Exercise aim:
In the listing that follows, locate the line containing "F1_DEPTH = 9.525" and the line containing "A parametric FreeCAD". Retype exactly those two lines and every line between them, and nothing more.

==================================================

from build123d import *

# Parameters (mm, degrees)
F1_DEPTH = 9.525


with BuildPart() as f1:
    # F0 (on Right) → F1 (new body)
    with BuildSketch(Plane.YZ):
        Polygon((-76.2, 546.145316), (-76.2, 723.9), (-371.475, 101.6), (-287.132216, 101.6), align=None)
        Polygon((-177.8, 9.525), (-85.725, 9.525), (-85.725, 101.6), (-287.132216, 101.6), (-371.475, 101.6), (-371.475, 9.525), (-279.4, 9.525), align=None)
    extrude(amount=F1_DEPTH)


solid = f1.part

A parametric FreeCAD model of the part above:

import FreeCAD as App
import Part
import Sketcher
from FreeCAD import Vector
Q = App.Units.Quantity


def add_polygon(sketch, points):
    """Adds a closed chain of lines whose ends are joined by coincident constraints."""
    first, n = sketch.GeometryCount, len(points)
    for a, b in zip(points, points[1:] + points[:1]):
        sketch.addGeometry(Part.LineSegment(App.Vector(*a, 0), App.Vector(*b, 0)), False)
    for i in range(n):
        sketch.addConstraint(Sketcher.Constraint("Coincident", first + i, 2, first + (i + 1) % n, 1))

doc = App.newDocument("Part")
body = doc.addObject("PartDesign::Body", "Body")

sketch1 = body.newObject("Sketcher::SketchObject", "Sketch")
sketch1.AttachmentSupport = (doc.getObject("YZ_Plane"), [""])
sketch1.MapMode = "FlatFace"
add_polygon(sketch1, [(-76, 546), (-76, 724), (-371, 102), (-371, 10), (-86, 10), (-86, 102), (-287, 102)])
sketch1.addConstraint([
    Sketcher.Constraint("Vertical", 0),
    Sketcher.Constraint("Vertical", 2),
    Sketcher.Constraint("Horizontal", 3),
    Sketcher.Constraint("Vertical", 4),
    Sketcher.Constraint("Horizontal", 5),
    Sketcher.Constraint("Parallel", 1, 6),
    Sketcher.Constraint("Horizontal", 1, 2, 4, 2),
    Sketcher.Constraint("DistanceX", 0, 2, -1, 1, Q("3 in")),
    Sketcher.Constraint("DistanceY", -1, 1, 1, 2, Q("4 in")),
    Sketcher.Constraint("DistanceX", 3, 1, 3, 2, Q("11.25 in")),
    Sketcher.Constraint("DistanceY", -1, 1, 0, 2, Q("28.5 in")),
    Sketcher.Constraint("DistanceY", 2, 2, 2, 1, Q("3.625 in")),
    Sketcher.Constraint("DistanceX", 1, 2, -1, 1, Q("14.625 in")),
    Sketcher.Constraint("Distance", 6, 492.049731),
])
pad1 = body.newObject("PartDesign::Pad", "Pad")
pad1.Profile = sketch1
pad1.Length = Q("0.375 in")

doc.recompute()
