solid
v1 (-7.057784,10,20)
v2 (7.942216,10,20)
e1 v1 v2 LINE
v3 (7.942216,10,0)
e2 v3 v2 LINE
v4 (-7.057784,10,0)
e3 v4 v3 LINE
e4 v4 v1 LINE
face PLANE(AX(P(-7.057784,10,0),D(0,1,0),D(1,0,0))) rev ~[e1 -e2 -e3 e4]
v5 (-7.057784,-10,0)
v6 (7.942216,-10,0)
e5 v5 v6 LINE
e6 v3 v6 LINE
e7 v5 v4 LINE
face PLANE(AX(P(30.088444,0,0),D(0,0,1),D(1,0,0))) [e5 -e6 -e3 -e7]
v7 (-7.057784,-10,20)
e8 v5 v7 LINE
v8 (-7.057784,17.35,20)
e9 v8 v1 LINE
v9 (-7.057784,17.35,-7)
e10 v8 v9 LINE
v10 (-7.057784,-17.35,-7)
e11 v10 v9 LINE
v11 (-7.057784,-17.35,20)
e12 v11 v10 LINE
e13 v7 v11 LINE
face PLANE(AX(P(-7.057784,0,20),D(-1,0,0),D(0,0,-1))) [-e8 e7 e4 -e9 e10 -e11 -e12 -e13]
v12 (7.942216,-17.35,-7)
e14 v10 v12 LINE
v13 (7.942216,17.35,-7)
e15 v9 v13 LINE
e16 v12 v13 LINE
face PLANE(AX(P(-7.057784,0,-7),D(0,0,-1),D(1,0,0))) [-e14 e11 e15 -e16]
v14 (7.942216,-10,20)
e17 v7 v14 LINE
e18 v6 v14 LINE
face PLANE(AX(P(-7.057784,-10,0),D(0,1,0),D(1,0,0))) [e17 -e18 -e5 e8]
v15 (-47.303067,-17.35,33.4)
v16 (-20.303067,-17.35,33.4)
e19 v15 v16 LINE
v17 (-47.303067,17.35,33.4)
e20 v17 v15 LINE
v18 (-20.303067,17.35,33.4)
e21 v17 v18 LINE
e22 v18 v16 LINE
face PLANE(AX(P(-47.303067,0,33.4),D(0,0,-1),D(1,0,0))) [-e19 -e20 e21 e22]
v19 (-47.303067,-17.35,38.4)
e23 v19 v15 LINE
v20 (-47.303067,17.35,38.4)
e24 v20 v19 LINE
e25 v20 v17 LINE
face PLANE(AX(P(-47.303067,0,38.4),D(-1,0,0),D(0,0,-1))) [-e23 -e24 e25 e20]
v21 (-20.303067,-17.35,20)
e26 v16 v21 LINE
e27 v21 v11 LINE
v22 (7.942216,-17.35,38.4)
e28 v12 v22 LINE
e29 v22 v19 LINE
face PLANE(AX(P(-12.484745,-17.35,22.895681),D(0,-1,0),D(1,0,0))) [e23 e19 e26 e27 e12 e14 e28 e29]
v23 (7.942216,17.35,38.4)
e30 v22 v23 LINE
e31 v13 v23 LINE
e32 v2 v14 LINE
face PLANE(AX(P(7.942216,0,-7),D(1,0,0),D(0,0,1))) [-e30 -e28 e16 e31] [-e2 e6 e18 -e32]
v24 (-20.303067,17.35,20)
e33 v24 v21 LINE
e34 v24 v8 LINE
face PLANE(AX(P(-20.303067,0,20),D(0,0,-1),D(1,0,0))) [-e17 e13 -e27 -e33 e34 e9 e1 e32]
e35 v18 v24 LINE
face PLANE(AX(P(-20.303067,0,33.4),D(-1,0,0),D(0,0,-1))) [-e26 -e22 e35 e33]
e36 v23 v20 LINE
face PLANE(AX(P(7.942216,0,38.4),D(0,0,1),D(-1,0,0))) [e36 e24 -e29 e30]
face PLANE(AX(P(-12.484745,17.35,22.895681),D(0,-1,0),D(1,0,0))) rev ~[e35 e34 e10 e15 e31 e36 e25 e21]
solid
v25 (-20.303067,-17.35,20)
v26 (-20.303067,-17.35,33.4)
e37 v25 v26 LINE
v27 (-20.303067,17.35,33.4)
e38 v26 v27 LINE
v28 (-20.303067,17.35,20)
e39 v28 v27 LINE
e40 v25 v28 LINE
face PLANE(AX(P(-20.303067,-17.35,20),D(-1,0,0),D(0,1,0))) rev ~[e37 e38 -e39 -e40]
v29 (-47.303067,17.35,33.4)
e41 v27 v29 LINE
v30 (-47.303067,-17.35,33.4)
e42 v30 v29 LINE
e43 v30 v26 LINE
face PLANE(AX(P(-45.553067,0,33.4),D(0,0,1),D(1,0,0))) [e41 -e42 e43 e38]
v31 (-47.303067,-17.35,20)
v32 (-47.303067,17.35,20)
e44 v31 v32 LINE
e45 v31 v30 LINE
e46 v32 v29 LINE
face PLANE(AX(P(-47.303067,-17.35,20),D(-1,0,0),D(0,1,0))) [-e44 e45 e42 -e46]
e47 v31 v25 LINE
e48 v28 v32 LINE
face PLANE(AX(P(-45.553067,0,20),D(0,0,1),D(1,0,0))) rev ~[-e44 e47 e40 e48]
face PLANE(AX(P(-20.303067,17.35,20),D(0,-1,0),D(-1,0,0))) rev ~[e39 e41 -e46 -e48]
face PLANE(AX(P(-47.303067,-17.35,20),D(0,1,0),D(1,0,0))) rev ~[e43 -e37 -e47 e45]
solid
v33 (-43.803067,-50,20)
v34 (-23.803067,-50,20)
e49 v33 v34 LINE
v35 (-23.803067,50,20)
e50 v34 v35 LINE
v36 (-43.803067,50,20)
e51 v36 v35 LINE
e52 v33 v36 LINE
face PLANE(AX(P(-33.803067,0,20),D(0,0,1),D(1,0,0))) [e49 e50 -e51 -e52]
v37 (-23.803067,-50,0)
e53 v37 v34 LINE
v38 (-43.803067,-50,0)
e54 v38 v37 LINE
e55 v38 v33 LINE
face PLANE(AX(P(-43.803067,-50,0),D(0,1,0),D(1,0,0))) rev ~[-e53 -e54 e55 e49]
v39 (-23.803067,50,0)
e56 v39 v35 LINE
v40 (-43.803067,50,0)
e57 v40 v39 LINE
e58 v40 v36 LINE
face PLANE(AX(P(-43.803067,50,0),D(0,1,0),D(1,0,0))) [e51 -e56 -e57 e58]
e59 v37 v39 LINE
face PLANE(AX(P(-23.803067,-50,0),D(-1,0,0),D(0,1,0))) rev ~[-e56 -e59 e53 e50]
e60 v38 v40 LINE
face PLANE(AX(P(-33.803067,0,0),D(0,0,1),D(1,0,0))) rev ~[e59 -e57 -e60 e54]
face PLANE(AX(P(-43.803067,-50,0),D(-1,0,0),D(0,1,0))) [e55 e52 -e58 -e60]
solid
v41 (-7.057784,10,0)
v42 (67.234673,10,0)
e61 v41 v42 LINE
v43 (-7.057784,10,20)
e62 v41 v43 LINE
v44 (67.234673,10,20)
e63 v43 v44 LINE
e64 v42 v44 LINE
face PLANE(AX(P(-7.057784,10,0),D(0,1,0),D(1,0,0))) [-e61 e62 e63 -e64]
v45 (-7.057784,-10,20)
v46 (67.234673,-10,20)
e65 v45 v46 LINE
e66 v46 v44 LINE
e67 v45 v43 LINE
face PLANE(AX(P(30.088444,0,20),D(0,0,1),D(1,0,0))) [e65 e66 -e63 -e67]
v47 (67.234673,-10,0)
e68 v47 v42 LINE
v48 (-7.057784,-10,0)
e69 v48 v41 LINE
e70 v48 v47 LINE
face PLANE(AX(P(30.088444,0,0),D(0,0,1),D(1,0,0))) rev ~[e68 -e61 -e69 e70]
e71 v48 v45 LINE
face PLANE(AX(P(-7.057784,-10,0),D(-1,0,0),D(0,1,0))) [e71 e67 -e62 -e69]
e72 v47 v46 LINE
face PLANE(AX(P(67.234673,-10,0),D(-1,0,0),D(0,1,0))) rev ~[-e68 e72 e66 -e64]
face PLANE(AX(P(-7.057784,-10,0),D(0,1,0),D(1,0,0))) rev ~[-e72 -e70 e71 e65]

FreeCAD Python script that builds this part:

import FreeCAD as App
import Part
import Sketcher
Q = App.Units.Quantity


def add_polygon(sketch, points):
    """Adds a closed chain of lines whose ends are joined by coincident constraints."""
    first, n = sketch.GeometryCount, len(points)
    for a, b in zip(points, points[1:] + points[:1]):
        sketch.addGeometry(Part.LineSegment(App.Vector(*a, 0), App.Vector(*b, 0)), False)
    for i in range(n):
        sketch.addConstraint(Sketcher.Constraint("Coincident", first + i, 2, first + (i + 1) % n, 1))

doc = App.newDocument("Part")
body = doc.addObject("PartDesign::Body", "Body")

sketch1 = body.newObject("Sketcher::SketchObject", "Sketch")
sketch1.AttachmentSupport = (doc.getObject("XY_Plane"), [""])
sketch1.MapMode = "FlatFace"
add_polygon(sketch1, [(-44, 50), (-44, -50), (-24, -50), (-24, 50)])
sketch1.addConstraint(Sketcher.Constraint("Vertical", 0))
sketch1.addConstraint(Sketcher.Constraint("Horizontal", 1))
sketch1.addConstraint(Sketcher.Constraint("Vertical", 2))
sketch1.addConstraint(Sketcher.Constraint("Horizontal", 3))
sketch1.addConstraint(Sketcher.Constraint("DistanceX", 1, 1, 1, 2, Q("20 mm")))
sketch1.addConstraint(Sketcher.Constraint("DistanceY", 0, 2, 0, 1, Q("100 mm")))
sketch1.addConstraint(Sketcher.Constraint("DistanceY", 0, 2, -1, 1, Q("50 mm")))
sketch1.addConstraint(Sketcher.Constraint("DistanceX", 0, 2, -1, 1, Q("43.803067 mm")))
pad1 = body.newObject("PartDesign::Pad", "Pad")
pad1.Profile = sketch1
pad1.Length = 20
body2 = doc.addObject("PartDesign::Body", "Body001")

sketch2 = body2.newObject("Sketcher::SketchObject", "Sketch001")
sketch2.AttachmentSupport = (doc.getObject("XY_Plane001"), [""])
sketch2.MapMode = "FlatFace"
add_polygon(sketch2, [(-7, 10), (-7, -10), (67, -10), (67, 10)])
sketch2.addConstraint(Sketcher.Constraint("Vertical", 0))
sketch2.addConstraint(Sketcher.Constraint("Horizontal", 1))
sketch2.addConstraint(Sketcher.Constraint("Vertical", 2))
sketch2.addConstraint(Sketcher.Constraint("Horizontal", 3))
sketch2.addConstraint(Sketcher.Constraint("DistanceY", 0, 2, 0, 1, Q("20 mm")))
sketch2.addConstraint(Sketcher.Constraint("DistanceY", 0, 2, -1, 1, Q("10 mm")))
sketch2.addConstraint(Sketcher.Constraint("DistanceX", 1, 1, 1, 2, Q("74.292456 mm")))
sketch2.addConstraint(Sketcher.Constraint("DistanceX", 0, 2, -1, 1, Q("7.057784 mm")))
pad2 = body2.newObject("PartDesign::Pad", "Pad001")
pad2.Profile = sketch2
pad2.Length = 20
body3 = doc.addObject("PartDesign::Body", "Body002")

sketch3 = body3.newObject("Sketcher::SketchObject", "Sketch002")
sketch3.AttachmentSupport = (doc.getObject("XY_Plane002"), [""])
sketch3.MapMode = "FlatFace"
sketch3.AttachmentOffset = App.Placement(App.Vector(0, 0, 20), App.Rotation())
add_polygon(sketch3, [(-47, 17), (-47, -17), (-20, -17), (-20, 17)])
sketch3.addConstraint(Sketcher.Constraint("Vertical", 0))
sketch3.addConstraint(Sketcher.Constraint("Horizontal", 1))
sketch3.addConstraint(Sketcher.Constraint("Vertical", 2))
sketch3.addConstraint(Sketcher.Constraint("Horizontal", 3))
sketch3.addConstraint(Sketcher.Constraint("DistanceX", 1, 1, 1, 2, Q("27 mm")))
sketch3.addConstraint(Sketcher.Constraint("DistanceY", 0, 2, 0, 1, Q("34.7 mm")))
sketch3.addConstraint(Sketcher.Constraint("DistanceY", 0, 2, -1, 1, Q("17.35 mm")))
sketch3.addConstraint(Sketcher.Constraint("DistanceX", 0, 2, -1, 1, Q("47.303067 mm")))
pad3 = body3.newObject("PartDesign::Pad", "Pad002")
pad3.Profile = sketch3
pad3.Length = 13.4
body4 = doc.addObject("PartDesign::Body", "Body003")

sketch4 = body4.newObject("Sketcher::SketchObject", "Sketch003")
sketch4.AttachmentSupport = (doc.getObject("XZ_Plane003"), [""])
sketch4.MapMode = "FlatFace"
add_polygon(sketch4, [(8, 38), (-47, 38), (-47, 33), (-20, 33), (-20, 20), (-7, 20), (-7, -7), (8, -7)])
sketch4.addConstraint(Sketcher.Constraint("Horizontal", 0))
sketch4.addConstraint(Sketcher.Constraint("Vertical", 1))
sketch4.addConstraint(Sketcher.Constraint("Horizontal", 2))
sketch4.addConstraint(Sketcher.Constraint("Vertical", 3))
sketch4.addConstraint(Sketcher.Constraint("Horizontal", 4))
sketch4.addConstraint(Sketcher.Constraint("Vertical", 5))
sketch4.addConstraint(Sketcher.Constraint("Horizontal", 6))
sketch4.addConstraint(Sketcher.Constraint("Vertical", 7))
sketch4.addConstraint(Sketcher.Constraint("Equal", 2, 5))
sketch4.addConstraint(Sketcher.Constraint("DistanceX", 2, 1, 2, 2, Q("27 mm")))
sketch4.addConstraint(Sketcher.Constraint("DistanceX", 6, 1, 6, 2, Q("15 mm")))
sketch4.addConstraint(Sketcher.Constraint("DistanceY", 1, 2, 1, 1, Q("5 mm")))
sketch4.addConstraint(Sketcher.Constraint("DistanceY", 3, 2, 3, 1, Q("13.4 mm")))
sketch4.addConstraint(Sketcher.Constraint("DistanceY", -1, 1, 3, 2, Q("20 mm")))
sketch4.addConstraint(Sketcher.Constraint("DistanceX", 0, 2, 0, 1, Q("55.245284 mm")))
sketch4.addConstraint(Sketcher.Constraint("DistanceX", 0, 2, -1, 1, Q("47.303067 mm")))
pad4 = body4.newObject("PartDesign::Pad", "Pad003")
pad4.Profile = sketch4
pad4.Type = "TwoLengths"
pad4.Length = 17.35
pad4.Length2 = 17.35
doc.recompute()

body5 = doc.addObject("PartDesign::Body", "Body004")
body5.BaseFeature = body2
boolean = body4.newObject("PartDesign::Boolean", "Boolean")
boolean.Type = "Cut"
boolean.addObjects([body5])
doc.recompute()

doc.recompute()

==================================================

Result:
F1_DEPTH = 9.525


with BuildPart() as f1:
    # F0 (on Right) → F1 (new body)
    with BuildSketch(Plane.YZ):
        Polygon((-76.2, 546.145316), (-76.2, 723.9), (-371.475, 101.6), (-287.132216, 101.6), align=None)
        Polygon((-177.8, 9.525), (-85.725, 9.525), (-85.725, 101.6), (-287.132216, 101.6), (-371.475, 101.6), (-371.475, 9.525), (-279.4, 9.525), align=None)
    extrude(amount=F1_DEPTH)


solid = f1.part

A parametric FreeCAD model of the part above:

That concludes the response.